People say that government is messy, and politics are hateful and divisive today. But how many people have sat in on a School Board Meeting, or a Homeowners Association Meeting recently? Or heck, what about these interminable Synod “Listening Sessions”? Every society is filled with malcontents. It does seem that, due to the breakdown in parenting, a lot of people have lost their sense of good manners, at the very least. Yet I think ‘little groups’, as insignificant as they may seem, are far more significant than we give them credit for. Any political theory which I would endorse would give a lot of weight to local decision making bodies, and only leave the absolutely necessary to the higher-level bodies. The anxiety so many people feel I think stems from their sense of helplessness. Giving people agency and some degree of qualified control ennobles them and develops their sense of responsibility.
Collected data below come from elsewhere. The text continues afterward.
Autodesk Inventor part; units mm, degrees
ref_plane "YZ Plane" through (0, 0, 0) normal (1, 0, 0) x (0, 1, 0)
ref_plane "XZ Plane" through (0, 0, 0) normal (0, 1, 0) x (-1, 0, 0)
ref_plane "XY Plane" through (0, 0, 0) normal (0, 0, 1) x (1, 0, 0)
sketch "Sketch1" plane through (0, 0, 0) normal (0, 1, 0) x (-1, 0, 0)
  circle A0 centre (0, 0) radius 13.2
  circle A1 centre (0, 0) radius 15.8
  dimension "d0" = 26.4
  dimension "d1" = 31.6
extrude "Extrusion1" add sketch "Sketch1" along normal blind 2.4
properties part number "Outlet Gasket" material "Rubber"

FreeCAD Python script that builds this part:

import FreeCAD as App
import Part
import Sketcher
from FreeCAD import Vector
Q = App.Units.Quantity

doc = App.newDocument("Part")
params = doc.addObject("Spreadsheet::Sheet", "Params")
for row, (alias, value) in enumerate([
    ("sketch1_diameter", "31.6 mm"),
    ("sketch1_diameter2", "26.4 mm"),
    ("pad1_length", "2.4 mm"),
], start=1):
    params.set(f"A{row}", alias)
    params.set(f"B{row}", "=" + value)
    params.setAlias(f"B{row}", alias)

body = doc.addObject("PartDesign::Body", "Body")

sketch1 = body.newObject("Sketcher::SketchObject", "Sketch")
sketch1.AttachmentSupport = (doc.getObject("XZ_Plane"), [""])
sketch1.MapMode = "FlatFace"
sketch1.addGeometry(Part.Circle(Vector(0, 0, 0), Vector(0, 0, 1), 16), False)
sketch1.addGeometry(Part.Circle(Vector(0, 0, 0), Vector(0, 0, 1), 13), False)
sketch1.addConstraint(Sketcher.Constraint("Coincident", 0, 3, -1, 1))
sketch1.addConstraint(Sketcher.Constraint("Coincident", 1, 3, -1, 1))
sketch1.addConstraint(Sketcher.Constraint("Diameter", 0, Q("31.6 mm")))
sketch1.addConstraint(Sketcher.Constraint("Diameter", 1, Q("26.4 mm")))
sketch1.setExpression("Constraints[2]", "Params.sketch1_diameter")
sketch1.setExpression("Constraints[3]", "Params.sketch1_diameter2")
pad1 = body.newObject("PartDesign::Pad", "Pad")
pad1.Profile = sketch1
pad1.setExpression("Length", "Params.pad1_length")
pad1.Reversed = True

doc.recompute()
Now this returns to what I said about the Holy See recently as the Last Global Institution. I completely understand and feel the unease people have expressed recently regarding the recent ‘warmth’ the Holy See seems to have toward very hostile and dangerous individuals and organizations, whether they be people from Davos, the World Economic Forum, etc. Not only do I worry because the Church proclaims her preferential option for the poor, and yet seems to be rubbing elbows with the ultra-rich all the time, but also because we know as a matter of public record that they do not want to establish a World Order which respects human rights and dignity for all. They want quite the opposite.

Yet this is where I think there is an opportunity for us, and this is why I took pains to say “Church” and not simply “Holy See”. The Church, such as in Africa, is aware, painfully aware, of the ‘ideological colonization’ taking place by the likes of Soros and his allies. It is encouraging to see the Church resist, even as it is discouraging to see Rome embrace some of them.

The Papacy of Francis, when it finally ends, I predict is going to do us a huge favor, by reminding us of something we have forgotten these past two centuries: Rome is our Mother, but we, the Churches, are her adult children. Like in a human family, parents can give advice to adult children, they can guide and admonish, but there are only a few things regarding which, after a certain age, we must obey them. Although the analogy is somewhat imperfect, I believe it is helpful. We look to the Apostolic See for guidance, for inspiration, and sometimes for correction. In so far as the Pope and Bishops represent Ordinary Magisterium, and the Pope proclaims something of Extraordinary Magisterium, we are in obedience, and must remain so. That is how Christ constituted the Church. But obedience is not a straightjacket, it is meant to be a springboard.

Like the laws of physics or basic mathematics, we have basic framework to operate by the grace of the Holy Spirit, so that the Holy Spirit can continue to operate in the Church throughout the world until the Second Coming. In that sense I say we are the Last Global Institution: the Church is inherently apolitical, we are pre-political, we may be even said to be post or super-political, because our horizon is supernatural. Fulton Sheen famously quipped that to marry oneself to the spirit of one age is to become a widow in the next. We cannot become bound, whether by nostalgia or by the enthusiasms of the age, to one political framework or another, even if we may argue the merits and demerits of any particular one in good faith.

In closing, I count among my dear friends people who would love to live under the Holy Roman Emperor, the Restored Bourbon Monarchy, or perhaps even in the Papal States. I find these to be entertaining discussions, fit for dinner or evening walks. But they simply do not interest me or convict me in any way. In a few short years I will be dead, and perhaps in a few short years after that, no one on earth will remember me, and “all earth’s proud empires will pass away.” A better world, a more just and humane world…these questions do interest me. There simply is no way Charlemagne is going to be crowned anew in Saint Peters in 2030 AD. Yet just like very serious and respectable people bludgeon each other over matters liturgical, please remember, dear brethren: you all fight on the side of the angels, up to the moment your passion for justice turns into hatred for one another, and zeal turns to bitterness.